執事がナタリーを止めるべく動き、ナタリーは後ろ手に拘束された。エリザが私とローエンに駆け寄って、ローエンに手当てを施す。でも医者でもない私たちには何もできない。
「ローエン!ローエン、お願い、目を開けて!」
視界が歪む。ローエンは意識を失って、ついに私を抱きしめていた手からも力が抜けた。
「いや、嫌よ、ローエン!私を1人にしないで、ローエン!」
ああ、神様。もし貴方が本当にいるなら、私からローエンを奪わないで。私にはローエンしかいない。ローエンが居なければ、生きていけない。ローエン無しの人生は考えられない。これからずっと良い子に生きていくから、我儘も言わないから、お願い。
ローエンは王城に運び込まれた。
大急ぎで呼んだ医者に、そうするように言われたからだった。私は着いてこないほうがいいと執事に言われて、確かにそうだと思ったから屋敷に残った。エリザは私を心配して残ってくれた。

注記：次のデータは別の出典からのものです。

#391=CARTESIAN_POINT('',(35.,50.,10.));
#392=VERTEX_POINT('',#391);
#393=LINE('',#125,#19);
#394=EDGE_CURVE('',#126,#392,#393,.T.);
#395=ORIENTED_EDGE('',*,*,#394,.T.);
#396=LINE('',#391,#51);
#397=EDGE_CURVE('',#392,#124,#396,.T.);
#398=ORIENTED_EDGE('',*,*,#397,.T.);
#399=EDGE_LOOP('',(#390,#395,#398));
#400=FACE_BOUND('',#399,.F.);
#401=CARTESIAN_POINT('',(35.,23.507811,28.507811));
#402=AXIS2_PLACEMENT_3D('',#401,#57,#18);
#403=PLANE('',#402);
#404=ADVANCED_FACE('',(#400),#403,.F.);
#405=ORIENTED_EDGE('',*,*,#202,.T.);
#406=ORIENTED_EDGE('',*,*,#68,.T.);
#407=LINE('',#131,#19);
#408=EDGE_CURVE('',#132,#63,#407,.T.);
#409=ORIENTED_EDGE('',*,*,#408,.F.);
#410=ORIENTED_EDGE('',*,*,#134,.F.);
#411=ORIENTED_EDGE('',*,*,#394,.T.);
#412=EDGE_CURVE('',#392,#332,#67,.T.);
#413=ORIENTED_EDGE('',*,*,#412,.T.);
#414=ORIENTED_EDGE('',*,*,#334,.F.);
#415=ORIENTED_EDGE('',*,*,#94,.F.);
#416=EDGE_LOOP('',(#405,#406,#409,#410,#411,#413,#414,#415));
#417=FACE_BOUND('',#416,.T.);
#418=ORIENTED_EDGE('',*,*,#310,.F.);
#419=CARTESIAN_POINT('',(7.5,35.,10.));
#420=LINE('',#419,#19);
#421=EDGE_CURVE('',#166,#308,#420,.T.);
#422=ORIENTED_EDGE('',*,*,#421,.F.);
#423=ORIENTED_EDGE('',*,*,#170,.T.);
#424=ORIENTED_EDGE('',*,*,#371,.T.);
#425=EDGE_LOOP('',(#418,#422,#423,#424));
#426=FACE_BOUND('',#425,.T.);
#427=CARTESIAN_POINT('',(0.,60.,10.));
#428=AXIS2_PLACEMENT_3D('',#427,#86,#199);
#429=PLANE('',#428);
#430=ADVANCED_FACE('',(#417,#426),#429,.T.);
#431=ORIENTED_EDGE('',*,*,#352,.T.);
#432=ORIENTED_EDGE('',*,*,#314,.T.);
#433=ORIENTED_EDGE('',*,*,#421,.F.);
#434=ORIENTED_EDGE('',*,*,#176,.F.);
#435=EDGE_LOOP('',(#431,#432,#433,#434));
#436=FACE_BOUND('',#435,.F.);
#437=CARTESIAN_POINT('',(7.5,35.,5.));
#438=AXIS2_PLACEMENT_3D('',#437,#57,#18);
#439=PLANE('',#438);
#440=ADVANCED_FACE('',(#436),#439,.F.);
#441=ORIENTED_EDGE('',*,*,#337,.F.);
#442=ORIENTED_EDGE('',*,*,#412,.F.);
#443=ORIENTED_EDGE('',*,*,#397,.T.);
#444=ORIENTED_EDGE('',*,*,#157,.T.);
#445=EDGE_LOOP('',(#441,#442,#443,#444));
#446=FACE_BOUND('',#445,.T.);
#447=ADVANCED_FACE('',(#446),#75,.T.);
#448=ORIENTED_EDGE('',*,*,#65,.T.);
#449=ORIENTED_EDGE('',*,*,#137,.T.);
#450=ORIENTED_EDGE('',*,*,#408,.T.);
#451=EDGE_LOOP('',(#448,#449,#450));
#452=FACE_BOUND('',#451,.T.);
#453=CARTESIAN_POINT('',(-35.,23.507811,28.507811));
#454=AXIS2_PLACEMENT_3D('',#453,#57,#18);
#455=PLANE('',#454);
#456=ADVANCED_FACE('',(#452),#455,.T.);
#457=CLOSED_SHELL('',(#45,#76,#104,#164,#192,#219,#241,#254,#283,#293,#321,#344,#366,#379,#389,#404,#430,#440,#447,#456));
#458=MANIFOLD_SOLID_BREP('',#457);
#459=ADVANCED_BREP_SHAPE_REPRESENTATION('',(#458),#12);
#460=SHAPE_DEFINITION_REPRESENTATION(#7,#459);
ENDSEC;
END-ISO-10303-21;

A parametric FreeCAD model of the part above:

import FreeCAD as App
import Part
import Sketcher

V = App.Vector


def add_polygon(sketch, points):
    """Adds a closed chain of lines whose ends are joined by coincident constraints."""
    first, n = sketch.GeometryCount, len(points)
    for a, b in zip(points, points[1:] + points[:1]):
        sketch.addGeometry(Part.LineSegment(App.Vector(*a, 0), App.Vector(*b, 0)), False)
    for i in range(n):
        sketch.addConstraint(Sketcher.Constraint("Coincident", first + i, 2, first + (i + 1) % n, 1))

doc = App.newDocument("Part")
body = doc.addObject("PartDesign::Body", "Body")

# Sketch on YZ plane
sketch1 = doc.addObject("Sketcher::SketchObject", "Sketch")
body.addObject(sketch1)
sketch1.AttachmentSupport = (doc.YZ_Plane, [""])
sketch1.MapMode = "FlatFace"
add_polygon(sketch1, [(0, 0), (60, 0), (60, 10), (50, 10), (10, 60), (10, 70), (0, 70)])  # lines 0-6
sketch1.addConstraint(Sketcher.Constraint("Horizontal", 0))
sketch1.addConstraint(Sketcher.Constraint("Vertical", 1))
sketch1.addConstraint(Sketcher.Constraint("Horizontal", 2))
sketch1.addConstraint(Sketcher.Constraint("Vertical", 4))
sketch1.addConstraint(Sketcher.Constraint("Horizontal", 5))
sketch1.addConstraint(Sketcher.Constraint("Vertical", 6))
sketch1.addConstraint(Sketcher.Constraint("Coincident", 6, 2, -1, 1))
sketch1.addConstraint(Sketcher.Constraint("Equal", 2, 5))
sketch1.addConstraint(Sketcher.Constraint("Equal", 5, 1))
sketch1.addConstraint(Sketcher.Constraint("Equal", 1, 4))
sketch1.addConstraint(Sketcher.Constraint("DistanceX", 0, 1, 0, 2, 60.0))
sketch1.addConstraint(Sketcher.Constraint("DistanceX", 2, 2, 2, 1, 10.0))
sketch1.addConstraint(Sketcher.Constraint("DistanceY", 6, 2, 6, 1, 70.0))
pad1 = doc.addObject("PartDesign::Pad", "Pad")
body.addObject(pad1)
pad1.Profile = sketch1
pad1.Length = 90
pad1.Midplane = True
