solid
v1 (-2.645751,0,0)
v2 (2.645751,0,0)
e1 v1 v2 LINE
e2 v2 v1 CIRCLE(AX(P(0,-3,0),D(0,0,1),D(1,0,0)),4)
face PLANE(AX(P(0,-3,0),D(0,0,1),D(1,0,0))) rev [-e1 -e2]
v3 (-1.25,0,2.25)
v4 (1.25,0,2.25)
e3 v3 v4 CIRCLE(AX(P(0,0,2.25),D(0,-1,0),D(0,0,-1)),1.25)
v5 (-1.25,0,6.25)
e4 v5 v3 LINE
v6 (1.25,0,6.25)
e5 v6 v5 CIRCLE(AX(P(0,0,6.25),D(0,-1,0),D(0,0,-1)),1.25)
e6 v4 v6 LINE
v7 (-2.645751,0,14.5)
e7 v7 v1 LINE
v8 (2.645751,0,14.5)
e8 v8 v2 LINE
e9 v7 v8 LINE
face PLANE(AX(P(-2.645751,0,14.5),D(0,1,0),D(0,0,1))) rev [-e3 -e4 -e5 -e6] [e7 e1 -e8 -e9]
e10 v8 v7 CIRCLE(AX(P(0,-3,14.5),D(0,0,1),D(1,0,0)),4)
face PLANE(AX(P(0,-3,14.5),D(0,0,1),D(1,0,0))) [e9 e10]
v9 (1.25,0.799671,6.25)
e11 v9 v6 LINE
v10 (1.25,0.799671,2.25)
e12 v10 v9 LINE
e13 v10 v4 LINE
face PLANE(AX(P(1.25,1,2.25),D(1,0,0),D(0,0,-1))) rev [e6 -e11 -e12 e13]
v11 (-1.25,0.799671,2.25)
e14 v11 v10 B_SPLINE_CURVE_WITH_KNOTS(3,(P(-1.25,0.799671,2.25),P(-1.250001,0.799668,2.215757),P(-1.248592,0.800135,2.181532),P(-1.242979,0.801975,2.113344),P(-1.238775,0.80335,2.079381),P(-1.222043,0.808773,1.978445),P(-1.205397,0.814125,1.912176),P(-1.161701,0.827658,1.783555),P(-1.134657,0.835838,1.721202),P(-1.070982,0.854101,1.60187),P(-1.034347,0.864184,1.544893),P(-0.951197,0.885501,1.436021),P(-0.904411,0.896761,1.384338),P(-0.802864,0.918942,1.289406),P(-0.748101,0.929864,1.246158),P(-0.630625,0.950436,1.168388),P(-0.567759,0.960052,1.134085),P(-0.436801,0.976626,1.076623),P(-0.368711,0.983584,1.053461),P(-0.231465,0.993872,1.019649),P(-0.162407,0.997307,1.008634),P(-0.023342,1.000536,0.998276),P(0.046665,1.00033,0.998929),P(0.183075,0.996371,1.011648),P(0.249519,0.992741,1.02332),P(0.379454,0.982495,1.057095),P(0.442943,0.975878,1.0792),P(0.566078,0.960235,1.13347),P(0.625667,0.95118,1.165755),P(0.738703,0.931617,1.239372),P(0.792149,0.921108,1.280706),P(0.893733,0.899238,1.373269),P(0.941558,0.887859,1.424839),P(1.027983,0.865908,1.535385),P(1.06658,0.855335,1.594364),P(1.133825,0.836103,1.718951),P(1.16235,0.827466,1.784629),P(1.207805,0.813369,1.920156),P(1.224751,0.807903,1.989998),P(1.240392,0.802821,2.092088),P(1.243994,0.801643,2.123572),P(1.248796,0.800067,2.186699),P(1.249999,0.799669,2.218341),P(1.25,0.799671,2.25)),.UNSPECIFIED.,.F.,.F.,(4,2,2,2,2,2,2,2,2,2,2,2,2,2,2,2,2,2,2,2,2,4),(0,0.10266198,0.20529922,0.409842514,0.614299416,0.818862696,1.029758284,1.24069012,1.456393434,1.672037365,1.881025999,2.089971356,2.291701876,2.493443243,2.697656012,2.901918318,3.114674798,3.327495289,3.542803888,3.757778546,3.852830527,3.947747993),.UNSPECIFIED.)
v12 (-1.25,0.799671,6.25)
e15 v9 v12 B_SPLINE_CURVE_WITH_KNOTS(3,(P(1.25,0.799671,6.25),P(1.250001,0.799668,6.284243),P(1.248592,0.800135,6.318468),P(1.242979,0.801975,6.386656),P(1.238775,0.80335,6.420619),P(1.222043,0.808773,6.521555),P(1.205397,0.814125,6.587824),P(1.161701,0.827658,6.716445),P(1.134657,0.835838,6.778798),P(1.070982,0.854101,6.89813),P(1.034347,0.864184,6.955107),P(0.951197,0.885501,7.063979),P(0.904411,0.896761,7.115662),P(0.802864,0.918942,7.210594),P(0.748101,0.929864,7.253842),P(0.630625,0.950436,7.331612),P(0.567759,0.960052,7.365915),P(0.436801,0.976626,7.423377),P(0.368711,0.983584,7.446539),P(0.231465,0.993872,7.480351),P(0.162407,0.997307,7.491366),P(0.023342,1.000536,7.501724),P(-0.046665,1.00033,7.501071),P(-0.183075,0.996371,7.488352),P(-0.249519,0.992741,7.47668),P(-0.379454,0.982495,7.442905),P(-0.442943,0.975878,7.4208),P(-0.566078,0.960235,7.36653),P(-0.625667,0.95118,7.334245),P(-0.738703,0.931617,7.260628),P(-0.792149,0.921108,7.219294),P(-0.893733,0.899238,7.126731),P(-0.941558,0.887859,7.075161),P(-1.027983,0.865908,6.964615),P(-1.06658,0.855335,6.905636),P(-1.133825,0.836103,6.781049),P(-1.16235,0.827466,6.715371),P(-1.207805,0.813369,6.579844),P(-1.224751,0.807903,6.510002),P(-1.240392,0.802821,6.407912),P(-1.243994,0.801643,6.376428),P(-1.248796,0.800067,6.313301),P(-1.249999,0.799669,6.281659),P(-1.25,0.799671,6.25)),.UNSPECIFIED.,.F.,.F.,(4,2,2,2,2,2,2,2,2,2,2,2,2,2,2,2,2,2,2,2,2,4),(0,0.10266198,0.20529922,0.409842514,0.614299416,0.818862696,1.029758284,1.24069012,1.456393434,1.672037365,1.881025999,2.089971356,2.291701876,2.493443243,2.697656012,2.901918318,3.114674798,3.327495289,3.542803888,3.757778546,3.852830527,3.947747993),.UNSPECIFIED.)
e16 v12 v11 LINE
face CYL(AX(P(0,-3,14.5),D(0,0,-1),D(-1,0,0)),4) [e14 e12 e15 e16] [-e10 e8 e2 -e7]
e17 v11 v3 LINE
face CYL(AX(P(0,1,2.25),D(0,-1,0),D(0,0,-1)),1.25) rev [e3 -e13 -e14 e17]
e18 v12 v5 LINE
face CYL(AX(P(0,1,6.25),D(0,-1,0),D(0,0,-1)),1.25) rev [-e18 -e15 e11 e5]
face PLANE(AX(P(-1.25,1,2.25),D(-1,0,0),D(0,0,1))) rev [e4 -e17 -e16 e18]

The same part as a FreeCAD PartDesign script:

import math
import FreeCAD as App
import Part
import Sketcher
Q = App.Units.Quantity

doc = App.newDocument("Part")
body = doc.addObject("PartDesign::Body", "Body")

sketch1 = body.newObject("Sketcher::SketchObject", "Sketch")
sketch1.AttachmentSupport = (doc.getObject("XY_Plane"), [""])
sketch1.MapMode = "FlatFace"
sketch1.addGeometry(Part.LineSegment(App.Vector(-2.6, 0, 0), App.Vector(2.6, 0, 0)), False)
sketch1.addGeometry(Part.ArcOfCircle(Part.Circle(App.Vector(0, -3, 0), App.Vector(0, 0, 1), 4), math.radians(49), math.radians(131)), False)
sketch1.addConstraint(Sketcher.Constraint("Coincident", 0, 1, 1, 2))
sketch1.addConstraint(Sketcher.Constraint("Coincident", 1, 1, 0, 2))
sketch1.addConstraint(Sketcher.Constraint("Horizontal", 0))
sketch1.addConstraint(Sketcher.Constraint("Symmetric", 0, 1, 1, 1, -1, 1))
sketch1.addConstraint(Sketcher.Constraint("Radius", 1, Q("4 mm")))
sketch1.addConstraint(Sketcher.Constraint("DistanceY", 1, 3, -1, 1, Q("3 mm")))
pad1 = body.newObject("PartDesign::Pad", "Pad")
pad1.Profile = sketch1
pad1.Length = 14.5

sketch2 = body.newObject("Sketcher::SketchObject", "Sketch001")
sketch2.AttachmentSupport = (doc.getObject("XZ_Plane"), [""])
sketch2.MapMode = "FlatFace"
sketch2.addGeometry(Part.LineSegment(App.Vector(-1.2, 6.2, 0), App.Vector(-1.2, 2.2, 0)), False)
sketch2.addGeometry(Part.ArcOfCircle(Part.Circle(App.Vector(0, 2.2, 0), App.Vector(0, 0, 1), 1.2), math.radians(180), math.radians(360)), False)
sketch2.addGeometry(Part.LineSegment(App.Vector(1.2, 2.2, 0), App.Vector(1.2, 6.2, 0)), False)
sketch2.addGeometry(Part.ArcOfCircle(Part.Circle(App.Vector(0, 6.2, 0), App.Vector(0, 0, 1), 1.2), math.radians(0), math.radians(180)), False)
sketch2.addConstraint(Sketcher.Constraint("Tangent", 0, 2, 1, 1))
sketch2.addConstraint(Sketcher.Constraint("Tangent", 1, 2, 2, 1))
sketch2.addConstraint(Sketcher.Constraint("Tangent", 2, 2, 3, 1))
sketch2.addConstraint(Sketcher.Constraint("Tangent", 3, 2, 0, 1))
sketch2.addConstraint(Sketcher.Constraint("Vertical", 0))
sketch2.addConstraint(Sketcher.Constraint("Vertical", 2))
sketch2.addConstraint(Sketcher.Constraint("PointOnObject", 1, 3, -2))
sketch2.addConstraint(Sketcher.Constraint("DistanceY", 0, 2, 0, 1, Q("4 mm")))
sketch2.addConstraint(Sketcher.Constraint("Radius", 1, Q("1.25 mm")))
sketch2.addConstraint(Sketcher.Constraint("DistanceY", -1, 1, 1, 3, Q("2.25 mm")))
pocket1 = body.newObject("PartDesign::Pocket", "Pocket")
pocket1.Profile = sketch2
pocket1.Type = "ThroughAll"

doc.recompute()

「どうして…どうしてたった1人の弟にあんなことを、したのですか」
ナタリーのことはわざわざ将軍が引き取りに来た。まるでナタリーは大規模な暴動を引き起こした重罪人のようだった。連れていかれるナタリーの背中に問いかけると、ナタリーはギリギリと歯ぎしりをした。

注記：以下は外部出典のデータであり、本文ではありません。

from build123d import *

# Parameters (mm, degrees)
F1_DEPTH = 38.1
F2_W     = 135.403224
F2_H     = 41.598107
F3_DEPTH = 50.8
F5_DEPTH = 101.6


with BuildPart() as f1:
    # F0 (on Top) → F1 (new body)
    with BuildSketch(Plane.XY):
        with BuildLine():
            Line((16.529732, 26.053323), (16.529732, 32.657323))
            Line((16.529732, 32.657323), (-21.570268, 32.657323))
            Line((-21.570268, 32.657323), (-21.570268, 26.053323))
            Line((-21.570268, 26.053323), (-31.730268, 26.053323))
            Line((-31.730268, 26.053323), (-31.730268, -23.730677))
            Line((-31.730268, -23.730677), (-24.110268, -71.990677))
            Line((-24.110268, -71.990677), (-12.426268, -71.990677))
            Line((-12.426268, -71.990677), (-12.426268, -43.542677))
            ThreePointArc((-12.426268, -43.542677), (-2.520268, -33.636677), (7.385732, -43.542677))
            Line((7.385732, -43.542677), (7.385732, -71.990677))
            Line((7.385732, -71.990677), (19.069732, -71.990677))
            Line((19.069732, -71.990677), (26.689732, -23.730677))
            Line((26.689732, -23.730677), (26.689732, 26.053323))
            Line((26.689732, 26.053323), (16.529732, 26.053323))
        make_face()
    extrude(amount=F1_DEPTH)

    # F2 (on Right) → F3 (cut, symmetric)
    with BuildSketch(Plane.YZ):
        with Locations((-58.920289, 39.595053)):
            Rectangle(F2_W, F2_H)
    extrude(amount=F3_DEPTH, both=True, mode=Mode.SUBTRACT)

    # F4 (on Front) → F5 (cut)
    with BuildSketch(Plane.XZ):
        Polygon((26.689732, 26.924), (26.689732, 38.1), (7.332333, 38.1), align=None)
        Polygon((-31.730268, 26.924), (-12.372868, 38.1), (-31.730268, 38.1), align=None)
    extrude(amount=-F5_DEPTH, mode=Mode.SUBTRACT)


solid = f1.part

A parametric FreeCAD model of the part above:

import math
import FreeCAD as App
import Part
import Sketcher
Q = App.Units.Quantity

doc = App.newDocument("Part")
body = doc.addObject("PartDesign::Body", "Body")

sketch1 = body.newObject("Sketcher::SketchObject", "Sketch")
sketch1.AttachmentSupport = (doc.getObject("XY_Plane"), [""])
sketch1.MapMode = "FlatFace"
sketch1.addGeometry(Part.LineSegment(App.Vector(17, 26, 0), App.Vector(17, 33, 0)), False)
sketch1.addGeometry(Part.LineSegment(App.Vector(17, 33, 0), App.Vector(-22, 33, 0)), False)
sketch1.addGeometry(Part.LineSegment(App.Vector(-22, 33, 0), App.Vector(-22, 26, 0)), False)
sketch1.addGeometry(Part.LineSegment(App.Vector(-22, 26, 0), App.Vector(-32, 26, 0)), False)
sketch1.addGeometry(Part.LineSegment(App.Vector(-32, 26, 0), App.Vector(-32, -24, 0)), False)
sketch1.addGeometry(Part.LineSegment(App.Vector(-32, -24, 0), App.Vector(-24, -72, 0)), False)
sketch1.addGeometry(Part.LineSegment(App.Vector(-24, -72, 0), App.Vector(-12, -72, 0)), False)
sketch1.addGeometry(Part.LineSegment(App.Vector(-12, -72, 0), App.Vector(-12, -44, 0)), False)
sketch1.addGeometry(Part.ArcOfCircle(Part.Circle(App.Vector(-3, -44, 0), App.Vector(0, 0, 1), 10), math.radians(0), math.radians(180)), False)
sketch1.addGeometry(Part.LineSegment(App.Vector(7, -44, 0), App.Vector(7, -72, 0)), False)
sketch1.addGeometry(Part.LineSegment(App.Vector(7, -72, 0), App.Vector(19, -72, 0)), False)
sketch1.addGeometry(Part.LineSegment(App.Vector(19, -72, 0), App.Vector(27, -24, 0)), False)
sketch1.addGeometry(Part.LineSegment(App.Vector(27, -24, 0), App.Vector(27, 26, 0)), False)
sketch1.addGeometry(Part.LineSegment(App.Vector(27, 26, 0), App.Vector(17, 26, 0)), False)
sketch1.addConstraint(Sketcher.Constraint("Coincident", 0, 2, 1, 1))
sketch1.addConstraint(Sketcher.Constraint("Coincident", 1, 2, 2, 1))
sketch1.addConstraint(Sketcher.Constraint("Coincident", 2, 2, 3, 1))
sketch1.addConstraint(Sketcher.Constraint("Coincident", 3, 2, 4, 1))
sketch1.addConstraint(Sketcher.Constraint("Coincident", 4, 2, 5, 1))
sketch1.addConstraint(Sketcher.Constraint("Coincident", 5, 2, 6, 1))
sketch1.addConstraint(Sketcher.Constraint("Coincident", 6, 2, 7, 1))
sketch1.addConstraint(Sketcher.Constraint("Tangent", 7, 2, 8, 2))
sketch1.addConstraint(Sketcher.Constraint("Tangent", 8, 1, 9, 1))
sketch1.addConstraint(Sketcher.Constraint("Coincident", 9, 2, 10, 1))
sketch1.addConstraint(Sketcher.Constraint("Coincident", 10, 2, 11, 1))
sketch1.addConstraint(Sketcher.Constraint("Coincident", 11, 2, 12, 1))
sketch1.addConstraint(Sketcher.Constraint("Coincident", 12, 2, 13, 1))
sketch1.addConstraint(Sketcher.Constraint("Coincident", 13, 2, 0, 1))
sketch1.addConstraint(Sketcher.Constraint("Vertical", 0))
sketch1.addConstraint(Sketcher.Constraint("Horizontal", 1))
sketch1.addConstraint(Sketcher.Constraint("Vertical", 2))
sketch1.addConstraint(Sketcher.Constraint("Horizontal", 3))
sketch1.addConstraint(Sketcher.Constraint("Vertical", 4))
sketch1.addConstraint(Sketcher.Constraint("Horizontal", 6))
sketch1.addConstraint(Sketcher.Constraint("Vertical", 7))
sketch1.addConstraint(Sketcher.Constraint("Vertical", 9))
sketch1.addConstraint(Sketcher.Constraint("Horizontal", 10))
sketch1.addConstraint(Sketcher.Constraint("Vertical", 12))
sketch1.addConstraint(Sketcher.Constraint("Horizontal", 13))
sketch1.addConstraint(Sketcher.Constraint("Horizontal", 6, 2, 9, 2))
sketch1.addConstraint(Sketcher.Constraint("Horizontal", 4, 2, 11, 2))
sketch1.addConstraint(Sketcher.Constraint("Horizontal", 3, 2, 12, 2))
sketch1.addConstraint(Sketcher.Constraint("Equal", 6, 10))
sketch1.addConstraint(Sketcher.Constraint("Equal", 3, 13))
sketch1.addConstraint(Sketcher.Constraint("Equal", 5, 11))
sketch1.addConstraint(Sketcher.Constraint("Radius", 8, Q("0.39 in")))
sketch1.addConstraint(Sketcher.Constraint("DistanceX", 1, 2, 1, 1, Q("1.5 in")))
sketch1.addConstraint(Sketcher.Constraint("DistanceX", 3, 2, 3, 1, Q("0.4 in")))
sketch1.addConstraint(Sketcher.Constraint("DistanceY", 8, 3, 0, 2, Q("3 in")))
sketch1.addConstraint(Sketcher.Constraint("DistanceX", 6, 1, 6, 2, Q("0.46 in")))
sketch1.addConstraint(Sketcher.Constraint("DistanceY", 0, 1, 0, 2, Q("0.26 in")))
sketch1.addConstraint(Sketcher.Constraint("DistanceY", 4, 2, 4, 1, Q("1.96 in")))
sketch1.addConstraint(Sketcher.Constraint("DistanceY", 7, 1, 7, 2, Q("1.12 in")))
sketch1.addConstraint(Sketcher.Constraint("DistanceX", 8, 3, -1, 1, Q("2.520268 mm")))
sketch1.addConstraint(Sketcher.Constraint("DistanceY", 8, 3, -1, 1, Q("43.542677 mm")))
pad1 = body.newObject("PartDesign::Pad", "Pad")
pad1.Profile = sketch1
pad1.Length = Q("1.5 in")

sketch2 = body.newObject("Sketcher::SketchObject", "Sketch001")
sketch2.AttachmentSupport = (doc.getObject("YZ_Plane"), [""])
sketch2.MapMode = "FlatFace"
sketch2.addGeometry(Part.LineSegment(App.Vector(-127, 60, 0), App.Vector(-127, 19, 0)), False)
sketch2.addGeometry(Part.LineSegment(App.Vector(-127, 19, 0), App.Vector(9, 19, 0)), False)
sketch2.addGeometry(Part.LineSegment(App.Vector(9, 19, 0), App.Vector(9, 60, 0)), False)
sketch2.addGeometry(Part.LineSegment(App.Vector(9, 60, 0), App.Vector(-127, 60, 0)), False)
sketch2.addConstraint(Sketcher.Constraint("Coincident", 0, 2, 1, 1))
sketch2.addConstraint(Sketcher.Constraint("Coincident", 1, 2, 2, 1))
sketch2.addConstraint(Sketcher.Constraint("Coincident", 2, 2, 3, 1))
sketch2.addConstraint(Sketcher.Constraint("Coincident", 3, 2, 0, 1))
sketch2.addConstraint(Sketcher.Constraint("Vertical", 0))
sketch2.addConstraint(Sketcher.Constraint("Horizontal", 1))
sketch2.addConstraint(Sketcher.Constraint("Vertical", 2))
sketch2.addConstraint(Sketcher.Constraint("Horizontal", 3))
sketch2.addConstraint(Sketcher.Constraint("DistanceY", -1, 1, 0, 2, Q("0.74 in")))
sketch2.addConstraint(Sketcher.Constraint("DistanceX", 0, 2, -1, 1, Q("126.621901 mm")))
sketch2.addConstraint(Sketcher.Constraint("DistanceX", 1, 1, 1, 2, Q("135.403224 mm")))
sketch2.addConstraint(Sketcher.Constraint("DistanceY", 0, 2, 0, 1, Q("41.598107 mm")))
pocket1 = body.newObject("PartDesign::Pocket", "Pocket")
pocket1.Profile = sketch2
pocket1.Length = Q("4 in")
pocket1.Midplane = True

sketch3 = body.newObject("Sketcher::SketchObject", "Sketch002")
sketch3.AttachmentSupport = (doc.getObject("XZ_Plane"), [""])
sketch3.MapMode = "FlatFace"
sketch3.addGeometry(Part.LineSegment(App.Vector(27, 27, 0), App.Vector(27, 38, 0)), False)
sketch3.addGeometry(Part.LineSegment(App.Vector(27, 38, 0), App.Vector(7, 38, 0)), False)
sketch3.addGeometry(Part.LineSegment(App.Vector(7, 38, 0), App.Vector(27, 27, 0)), False)
sketch3.addGeometry(Part.LineSegment(App.Vector(-32, 27, 0), App.Vector(-12, 38, 0)), False)
sketch3.addGeometry(Part.LineSegment(App.Vector(-12, 38, 0), App.Vector(-32, 38, 0)), False)
sketch3.addGeometry(Part.LineSegment(App.Vector(-32, 38, 0), App.Vector(-32, 27, 0)), False)
sketch3.addConstraint(Sketcher.Constraint("Coincident", 0, 2, 1, 1))
sketch3.addConstraint(Sketcher.Constraint("Coincident", 1, 2, 2, 1))
sketch3.addConstraint(Sketcher.Constraint("Coincident", 2, 2, 0, 1))
sketch3.addConstraint(Sketcher.Constraint("Coincident", 3, 2, 4, 1))
sketch3.addConstraint(Sketcher.Constraint("Coincident", 4, 2, 5, 1))
sketch3.addConstraint(Sketcher.Constraint("Coincident", 5, 2, 3, 1))
sketch3.addConstraint(Sketcher.Constraint("Vertical", 0))
sketch3.addConstraint(Sketcher.Constraint("Horizontal", 1))
sketch3.addConstraint(Sketcher.Constraint("Horizontal", 4))
sketch3.addConstraint(Sketcher.Constraint("Vertical", 5))
sketch3.addConstraint(Sketcher.Constraint("Horizontal", 1, 2, 3, 2))
sketch3.addConstraint(Sketcher.Constraint("Horizontal", 2, 2, 5, 2))
sketch3.addConstraint(Sketcher.Constraint("Equal", 1, 4))
sketch3.addConstraint(Sketcher.Constraint("Angle", 2, Q("-30.000001 deg")))
sketch3.addConstraint(Sketcher.Constraint("DistanceY", 0, 1, 0, 2, Q("0.44 in")))
sketch3.addConstraint(Sketcher.Constraint("DistanceY", -1, 1, 0, 2, Q("1.5 in")))
sketch3.addConstraint(Sketcher.Constraint("DistanceX", 4, 2, 0, 2, Q("2.3 in")))
sketch3.addConstraint(Sketcher.Constraint("DistanceX", -1, 1, 0, 2, Q("26.689732 mm")))
pocket2 = body.newObject("PartDesign::Pocket", "Pocket001")
pocket2.Profile = sketch3
pocket2.Length = Q("4 in")

doc.recompute()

「あれは弟なんかじゃない。私の弟なら私を幸せにするはず。私はレックス伯爵なんかに嫁がない!私は王子様と結婚する!」
「王子なんて、どこにいるというの…」
ナタリーが出会える範囲で、王子様なんていない。ナタリーの夢は、所詮は叶わぬ妄想にすぎない。ナタリーは将軍が連れていた屈強な兵士に背中を押され、馬車に乗り込んだ。
「お前達なんて不幸になれば良い!没落して、私のように苦しめばいい!」
ナタリーが呪いの言葉を吐きだし、馬車がゆっくり動き始めた。将軍はそれを冷たい顔で見送る。
「自分以外の他人を道具としか思えない人間は確かに存在します。そういう人と僕たち常人は分かり合えないものです」
綺麗なプラチナブロンドに、マリア様と同じ青い目をした将軍は私にそう語りかけて、自分は別の馬車に乗ってナタリーの馬車とは逆方向に消えて言った。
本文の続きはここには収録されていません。